1. balanced levels of dNTP’s
2. two stage reaction:
   a. dNTP pairs w/ template base.
   b. enzyme closes around the site and catalyzes the reaction only if fit is correct.
3. 3’-5’ exonuclease of DNA polymerase detects and removes mismatches.
4. repair enzymes replace errors on the newly syn. strand.
5. use of RNA primers to begin strand synthesis.

Question 71

What other molecule must also be part of the active site in DNA polymerase to determine specific addition of nucleotides?

Answer 71

The template is part of the active site! which is complimentary for each dNTP that needs to be added.

Question 72

How does the correct base pair match up to template strand?

Answer 72

The correct base pairing holds the alpha-phosphorous of the dNTP in the correct position for 3’OH to attack it

Question 73

Why can’t ribonucleotides add to template strand by DNA polymerase?

Answer 73

There is a discriminator amino acid on the structure of DNA polymerase that does not allow for the extra hydroxyl group of ribonucleic triphospates (rNTP’s)

Question 74

How do two metal ions help ensure correct base paring?

Answer 74

metal ions hold divalent cations in position (aspartates and triphospates) which activates the 3’OH to attack alpha-phosphorous

Question 75

DNA Polymerases are Processive Enzymes. Define Processivity?

Answer 75

is a characteristic of enzymes that operate on polymeric substrates, and with DNA polymerase, it is the degree of processivity as the average number of nucleotides added each time the enzyme binds a primer:template junction.

Question 76

In the Okazaki experiment, why was 3H-thymine used to label all DNA?

Answer 76

Because he was interested in in DNA, not the RNA?-I think

Question 77

What is required to begin a leading strand or Okakzaki fragment?

Answer 77

A primer must be made!

Question 78

What enzyme makes the primers, and what type of nucleic acid, and how does new synthesis begin?

Answer 78

Primase makes short RNA primers that DNA plolymerase adds onto to begin DNA synthesis.

Question 79

What is the fate of the Okazaki fragment?

Answer 79

They are later removed and the gaps are filled in by a special DNA polymerase.
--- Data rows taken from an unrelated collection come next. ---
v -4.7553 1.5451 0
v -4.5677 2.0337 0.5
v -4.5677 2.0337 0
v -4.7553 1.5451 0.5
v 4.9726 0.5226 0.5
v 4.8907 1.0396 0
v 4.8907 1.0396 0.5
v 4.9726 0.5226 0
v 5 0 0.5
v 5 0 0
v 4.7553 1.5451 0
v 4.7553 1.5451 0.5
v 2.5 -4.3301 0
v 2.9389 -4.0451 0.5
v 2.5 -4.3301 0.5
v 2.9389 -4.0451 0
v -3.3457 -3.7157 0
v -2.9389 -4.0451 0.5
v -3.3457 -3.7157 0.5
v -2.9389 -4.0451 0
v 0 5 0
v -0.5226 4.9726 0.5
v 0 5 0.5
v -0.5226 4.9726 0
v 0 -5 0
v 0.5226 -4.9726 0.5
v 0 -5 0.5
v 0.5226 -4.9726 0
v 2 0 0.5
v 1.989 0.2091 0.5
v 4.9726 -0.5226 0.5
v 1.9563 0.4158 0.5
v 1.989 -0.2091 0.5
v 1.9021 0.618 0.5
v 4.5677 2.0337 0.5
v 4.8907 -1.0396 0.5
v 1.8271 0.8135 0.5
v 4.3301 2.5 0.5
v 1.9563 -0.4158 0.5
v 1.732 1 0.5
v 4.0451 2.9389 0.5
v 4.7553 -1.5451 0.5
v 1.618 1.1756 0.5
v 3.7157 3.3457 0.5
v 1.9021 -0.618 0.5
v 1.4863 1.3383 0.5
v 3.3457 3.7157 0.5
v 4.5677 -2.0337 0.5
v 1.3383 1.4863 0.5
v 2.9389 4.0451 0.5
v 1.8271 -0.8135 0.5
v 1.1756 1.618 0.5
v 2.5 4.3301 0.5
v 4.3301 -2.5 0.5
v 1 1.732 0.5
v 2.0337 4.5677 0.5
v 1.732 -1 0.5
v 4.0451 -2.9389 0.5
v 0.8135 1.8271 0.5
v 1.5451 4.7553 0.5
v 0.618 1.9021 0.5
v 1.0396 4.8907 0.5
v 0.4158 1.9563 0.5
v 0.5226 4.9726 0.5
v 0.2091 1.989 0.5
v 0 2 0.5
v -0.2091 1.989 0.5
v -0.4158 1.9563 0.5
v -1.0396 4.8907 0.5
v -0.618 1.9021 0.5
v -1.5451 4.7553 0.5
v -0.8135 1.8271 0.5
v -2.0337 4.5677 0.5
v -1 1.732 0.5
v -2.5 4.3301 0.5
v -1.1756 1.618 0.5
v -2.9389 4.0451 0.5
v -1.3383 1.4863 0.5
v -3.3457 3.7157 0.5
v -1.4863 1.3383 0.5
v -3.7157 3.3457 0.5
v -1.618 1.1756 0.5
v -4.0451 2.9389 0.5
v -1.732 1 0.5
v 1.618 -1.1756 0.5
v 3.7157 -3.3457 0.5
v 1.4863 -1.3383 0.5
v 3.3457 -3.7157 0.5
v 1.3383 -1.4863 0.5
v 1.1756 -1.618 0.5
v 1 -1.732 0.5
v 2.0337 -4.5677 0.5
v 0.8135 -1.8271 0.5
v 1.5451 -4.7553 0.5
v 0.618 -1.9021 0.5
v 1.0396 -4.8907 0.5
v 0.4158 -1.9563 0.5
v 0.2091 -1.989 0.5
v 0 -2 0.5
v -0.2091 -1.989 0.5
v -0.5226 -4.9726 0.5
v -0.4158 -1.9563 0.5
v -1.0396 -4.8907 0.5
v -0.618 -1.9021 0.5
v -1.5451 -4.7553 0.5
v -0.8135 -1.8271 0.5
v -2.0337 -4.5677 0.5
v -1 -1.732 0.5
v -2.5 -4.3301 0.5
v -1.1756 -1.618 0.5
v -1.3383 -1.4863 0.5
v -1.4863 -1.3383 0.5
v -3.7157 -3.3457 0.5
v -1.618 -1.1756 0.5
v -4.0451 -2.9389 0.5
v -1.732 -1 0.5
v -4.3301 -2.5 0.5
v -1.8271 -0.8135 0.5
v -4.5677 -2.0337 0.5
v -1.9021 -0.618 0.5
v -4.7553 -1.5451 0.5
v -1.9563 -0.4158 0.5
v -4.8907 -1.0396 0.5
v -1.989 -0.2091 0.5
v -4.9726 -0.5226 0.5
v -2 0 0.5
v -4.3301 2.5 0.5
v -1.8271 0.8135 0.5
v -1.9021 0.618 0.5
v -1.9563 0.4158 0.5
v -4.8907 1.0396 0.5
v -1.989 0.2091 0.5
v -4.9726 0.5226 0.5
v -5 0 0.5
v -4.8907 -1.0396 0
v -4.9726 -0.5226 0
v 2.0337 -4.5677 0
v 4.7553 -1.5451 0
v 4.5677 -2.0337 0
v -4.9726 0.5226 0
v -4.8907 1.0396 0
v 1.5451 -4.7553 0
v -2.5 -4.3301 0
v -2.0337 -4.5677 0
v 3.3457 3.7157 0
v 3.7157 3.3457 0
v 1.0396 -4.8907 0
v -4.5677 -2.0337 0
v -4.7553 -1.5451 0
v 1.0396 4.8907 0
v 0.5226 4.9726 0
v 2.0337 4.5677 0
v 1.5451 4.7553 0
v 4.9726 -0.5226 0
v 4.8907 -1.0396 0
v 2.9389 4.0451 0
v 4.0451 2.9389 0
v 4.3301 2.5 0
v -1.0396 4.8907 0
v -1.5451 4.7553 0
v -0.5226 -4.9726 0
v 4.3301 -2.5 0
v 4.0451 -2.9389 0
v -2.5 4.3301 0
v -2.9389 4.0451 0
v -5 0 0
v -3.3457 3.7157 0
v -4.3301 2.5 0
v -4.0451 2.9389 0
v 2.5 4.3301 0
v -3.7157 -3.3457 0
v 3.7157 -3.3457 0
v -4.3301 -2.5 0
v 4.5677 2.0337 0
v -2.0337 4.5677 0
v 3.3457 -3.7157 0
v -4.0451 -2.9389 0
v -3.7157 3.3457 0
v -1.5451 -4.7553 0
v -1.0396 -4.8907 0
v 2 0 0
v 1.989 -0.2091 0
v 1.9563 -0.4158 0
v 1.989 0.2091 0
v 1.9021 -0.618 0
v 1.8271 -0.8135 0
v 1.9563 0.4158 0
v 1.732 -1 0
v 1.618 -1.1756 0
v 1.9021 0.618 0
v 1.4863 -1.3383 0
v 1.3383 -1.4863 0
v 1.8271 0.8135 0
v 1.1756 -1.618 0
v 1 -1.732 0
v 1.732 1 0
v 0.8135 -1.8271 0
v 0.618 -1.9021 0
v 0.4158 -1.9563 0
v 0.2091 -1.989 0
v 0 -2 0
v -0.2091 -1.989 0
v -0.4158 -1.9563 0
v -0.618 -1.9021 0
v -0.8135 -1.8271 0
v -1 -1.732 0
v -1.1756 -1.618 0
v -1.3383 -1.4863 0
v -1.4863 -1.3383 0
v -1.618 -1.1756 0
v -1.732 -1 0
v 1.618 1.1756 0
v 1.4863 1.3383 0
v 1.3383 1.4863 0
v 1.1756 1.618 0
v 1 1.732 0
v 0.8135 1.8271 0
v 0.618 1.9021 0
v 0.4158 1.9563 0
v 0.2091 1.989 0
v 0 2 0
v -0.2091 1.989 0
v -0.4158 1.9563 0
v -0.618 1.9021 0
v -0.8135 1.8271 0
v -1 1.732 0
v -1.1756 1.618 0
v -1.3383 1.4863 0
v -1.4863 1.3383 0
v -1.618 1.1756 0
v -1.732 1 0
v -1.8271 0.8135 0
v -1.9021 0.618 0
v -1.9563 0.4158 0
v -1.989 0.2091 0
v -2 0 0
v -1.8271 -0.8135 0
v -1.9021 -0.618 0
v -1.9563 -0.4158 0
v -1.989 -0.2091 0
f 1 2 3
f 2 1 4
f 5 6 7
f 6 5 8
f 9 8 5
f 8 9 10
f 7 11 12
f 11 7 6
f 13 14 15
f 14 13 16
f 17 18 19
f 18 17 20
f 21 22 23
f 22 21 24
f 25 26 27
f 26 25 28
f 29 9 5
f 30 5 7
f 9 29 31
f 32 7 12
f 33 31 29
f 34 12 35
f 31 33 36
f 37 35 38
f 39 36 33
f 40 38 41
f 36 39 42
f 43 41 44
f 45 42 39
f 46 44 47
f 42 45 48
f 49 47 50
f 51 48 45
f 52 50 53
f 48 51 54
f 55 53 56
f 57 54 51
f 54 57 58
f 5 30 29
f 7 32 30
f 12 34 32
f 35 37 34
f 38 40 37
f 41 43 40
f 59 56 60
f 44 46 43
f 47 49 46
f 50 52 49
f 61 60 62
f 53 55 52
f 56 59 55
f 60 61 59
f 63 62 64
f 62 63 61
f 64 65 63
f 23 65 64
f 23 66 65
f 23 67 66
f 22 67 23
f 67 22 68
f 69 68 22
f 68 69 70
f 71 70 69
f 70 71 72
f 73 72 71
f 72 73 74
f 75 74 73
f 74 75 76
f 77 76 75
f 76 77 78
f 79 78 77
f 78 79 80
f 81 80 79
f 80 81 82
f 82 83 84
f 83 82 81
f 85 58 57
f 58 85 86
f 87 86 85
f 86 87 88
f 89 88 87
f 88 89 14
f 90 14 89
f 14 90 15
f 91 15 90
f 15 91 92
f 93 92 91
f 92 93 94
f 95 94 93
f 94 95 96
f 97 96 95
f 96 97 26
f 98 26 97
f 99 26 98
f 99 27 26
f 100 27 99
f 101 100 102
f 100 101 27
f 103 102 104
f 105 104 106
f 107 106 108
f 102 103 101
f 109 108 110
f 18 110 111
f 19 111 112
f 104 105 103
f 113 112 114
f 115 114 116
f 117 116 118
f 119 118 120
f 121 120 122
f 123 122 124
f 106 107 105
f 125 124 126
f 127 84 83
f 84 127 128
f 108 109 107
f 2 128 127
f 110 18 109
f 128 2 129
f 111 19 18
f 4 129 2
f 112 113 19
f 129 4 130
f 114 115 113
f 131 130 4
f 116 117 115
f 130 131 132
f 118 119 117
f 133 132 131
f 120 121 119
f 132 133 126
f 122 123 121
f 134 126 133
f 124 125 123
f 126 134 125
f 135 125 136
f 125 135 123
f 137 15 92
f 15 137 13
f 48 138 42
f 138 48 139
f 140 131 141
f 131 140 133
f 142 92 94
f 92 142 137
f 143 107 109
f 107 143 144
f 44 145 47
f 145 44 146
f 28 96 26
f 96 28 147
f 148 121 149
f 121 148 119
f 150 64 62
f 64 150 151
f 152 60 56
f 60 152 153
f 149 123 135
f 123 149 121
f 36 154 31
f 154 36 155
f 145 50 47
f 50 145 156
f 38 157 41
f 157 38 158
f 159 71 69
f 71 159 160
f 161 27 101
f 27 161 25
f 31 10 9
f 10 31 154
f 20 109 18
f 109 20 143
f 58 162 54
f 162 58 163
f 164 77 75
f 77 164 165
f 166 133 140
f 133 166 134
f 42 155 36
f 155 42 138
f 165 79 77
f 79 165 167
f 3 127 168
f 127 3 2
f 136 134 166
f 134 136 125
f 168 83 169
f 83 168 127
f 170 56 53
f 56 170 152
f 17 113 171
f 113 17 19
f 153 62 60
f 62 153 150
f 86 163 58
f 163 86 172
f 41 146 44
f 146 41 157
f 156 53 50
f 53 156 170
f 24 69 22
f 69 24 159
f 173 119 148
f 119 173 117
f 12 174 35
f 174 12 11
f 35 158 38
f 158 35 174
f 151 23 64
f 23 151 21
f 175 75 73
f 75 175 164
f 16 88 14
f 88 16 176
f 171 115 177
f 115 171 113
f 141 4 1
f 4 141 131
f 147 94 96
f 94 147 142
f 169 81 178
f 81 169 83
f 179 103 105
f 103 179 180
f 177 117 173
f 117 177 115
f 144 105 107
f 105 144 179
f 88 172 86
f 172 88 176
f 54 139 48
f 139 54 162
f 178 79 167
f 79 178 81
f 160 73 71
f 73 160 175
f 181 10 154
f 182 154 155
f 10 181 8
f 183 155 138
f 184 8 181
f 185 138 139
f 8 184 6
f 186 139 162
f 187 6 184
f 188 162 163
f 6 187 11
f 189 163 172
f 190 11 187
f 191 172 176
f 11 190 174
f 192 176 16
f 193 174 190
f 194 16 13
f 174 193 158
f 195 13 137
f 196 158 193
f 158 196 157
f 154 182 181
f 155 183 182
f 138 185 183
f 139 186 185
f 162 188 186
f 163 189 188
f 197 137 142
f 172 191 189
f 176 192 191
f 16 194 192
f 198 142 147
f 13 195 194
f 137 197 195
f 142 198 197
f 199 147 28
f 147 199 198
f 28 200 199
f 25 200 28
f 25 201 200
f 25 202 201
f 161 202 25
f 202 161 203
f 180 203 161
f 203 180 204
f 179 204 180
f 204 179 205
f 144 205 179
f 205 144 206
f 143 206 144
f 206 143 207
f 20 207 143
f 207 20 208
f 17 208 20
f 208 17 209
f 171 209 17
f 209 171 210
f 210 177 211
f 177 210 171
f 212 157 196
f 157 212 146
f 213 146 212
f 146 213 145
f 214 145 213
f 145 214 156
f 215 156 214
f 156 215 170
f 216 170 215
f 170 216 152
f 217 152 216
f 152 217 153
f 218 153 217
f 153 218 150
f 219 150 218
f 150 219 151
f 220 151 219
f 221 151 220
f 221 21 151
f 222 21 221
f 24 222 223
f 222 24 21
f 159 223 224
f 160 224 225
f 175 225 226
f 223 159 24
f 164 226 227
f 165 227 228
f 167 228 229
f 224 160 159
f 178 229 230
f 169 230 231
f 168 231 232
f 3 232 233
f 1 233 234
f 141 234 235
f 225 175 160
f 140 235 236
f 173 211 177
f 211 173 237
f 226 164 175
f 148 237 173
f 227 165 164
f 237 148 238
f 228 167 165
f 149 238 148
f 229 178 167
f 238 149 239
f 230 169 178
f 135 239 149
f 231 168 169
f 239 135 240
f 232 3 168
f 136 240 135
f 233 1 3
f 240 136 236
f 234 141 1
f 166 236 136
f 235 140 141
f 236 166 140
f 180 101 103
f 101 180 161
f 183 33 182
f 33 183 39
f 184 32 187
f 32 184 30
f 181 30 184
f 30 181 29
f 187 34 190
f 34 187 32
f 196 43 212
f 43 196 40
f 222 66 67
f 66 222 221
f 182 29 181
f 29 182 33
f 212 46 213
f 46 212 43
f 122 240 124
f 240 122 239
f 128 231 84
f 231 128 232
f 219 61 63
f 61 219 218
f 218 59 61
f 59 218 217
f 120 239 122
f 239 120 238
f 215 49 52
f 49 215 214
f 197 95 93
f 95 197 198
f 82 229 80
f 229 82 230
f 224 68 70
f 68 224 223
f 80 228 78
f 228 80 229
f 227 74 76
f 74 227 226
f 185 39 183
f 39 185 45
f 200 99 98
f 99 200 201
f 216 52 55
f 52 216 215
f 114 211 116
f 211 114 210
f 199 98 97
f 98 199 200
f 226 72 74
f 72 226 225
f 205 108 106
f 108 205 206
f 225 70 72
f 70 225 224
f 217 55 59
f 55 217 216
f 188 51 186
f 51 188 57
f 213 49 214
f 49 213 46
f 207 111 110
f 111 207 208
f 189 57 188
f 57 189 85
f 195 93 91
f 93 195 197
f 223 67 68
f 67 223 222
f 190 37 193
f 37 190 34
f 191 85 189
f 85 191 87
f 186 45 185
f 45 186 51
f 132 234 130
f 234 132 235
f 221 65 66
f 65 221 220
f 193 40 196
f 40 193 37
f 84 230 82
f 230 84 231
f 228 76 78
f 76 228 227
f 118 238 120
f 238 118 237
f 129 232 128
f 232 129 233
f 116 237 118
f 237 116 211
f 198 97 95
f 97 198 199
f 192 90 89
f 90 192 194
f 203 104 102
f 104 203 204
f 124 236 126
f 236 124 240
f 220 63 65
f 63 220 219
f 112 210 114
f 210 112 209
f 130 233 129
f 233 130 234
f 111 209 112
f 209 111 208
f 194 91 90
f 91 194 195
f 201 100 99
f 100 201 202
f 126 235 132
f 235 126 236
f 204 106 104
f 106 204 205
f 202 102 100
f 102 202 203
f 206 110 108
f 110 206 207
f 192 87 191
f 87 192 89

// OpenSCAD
// Precision shim ring.
$fn = 60;
eps = 0.02;
inner_d = 4;
outer_d = 10;
thickness = 0.5;
difference() {
    cylinder(d = outer_d, h = thickness);
    translate([0, 0, -eps]) cylinder(d = inner_d, h = thickness + 2 * eps);
}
Thi increases the fidelity of DNA replication (why would filling in a gap be more accurate than beginning a short fragment?)

Question 80

What is the function of DNA helicase?

Answer 80

It separates the two strands of the double helix at the replication fork. It uses ATP to move down strand into the fork direction.

Question 81

How can supercoiling be relieved that was caused by the helicase?

Answer 81

Topoisomerases relieve the supercoiling caused by the helicase.

Question 82

How is reassociation of DNA prevented when helicase leaves single stranded regions?

Answer 82

Single-stranded DNA-binding proteins (SSBs)
-cooperativly bind to the single-stranded regions left by the helicase to prevent reassociation. SSBs bind to ssDNA and also to each other.

Question 83

What are all the players at the replication fork?

Answer 83

2 DNA polymerases, sliding clamp (beta clamp) and clamp loader, Primase, Helicase, SSBs, Topoisomerases

Question 84

What is the purpose of the Holoenzyme and what is it made of?

Answer 84

The Holoenzyme allows simultaneous leading and lagging strand synthesis. It consists of, 2 DNA Pol cores, t protein (two identicle parts attached to each Pol core), flexible linker (2), one gamma complex (clamp loader), one sliding clamp

Question 85

Go through the steps of lagging strand DNA replication.

Answer 85

DNA helicase is bound at tProtein and unwinds dna (ssrp’s bind) while lagging -DNA Pol III is creating an okazaki fragment

• Primase binds to helicase and places RNA primer on ssDNA (written as 5-3), while lagging strand Pol is creating previous okazaki fragment
• Primase released, while DNA pol releases DNA w/ sliding clamp after completion of okazaki fragment.
• Newly primed lagging strand ends up at the clamp loader which loads a clamp
• DNA Pol binds sliding clamp at “primer:template junction” and begins synthesis of new okazaki fragment (written 5-3)—then, again, DNA & clamp leave DNA pol as a complete Okazaki fragment.

Question 86

How is Helicase and Primase interacting as an E. coli replisome?

Answer 86

Tau subunit binds helicase and stimulates its activity.

Pimase associates with the helicase, and this stimulates the synthesis of a new primer.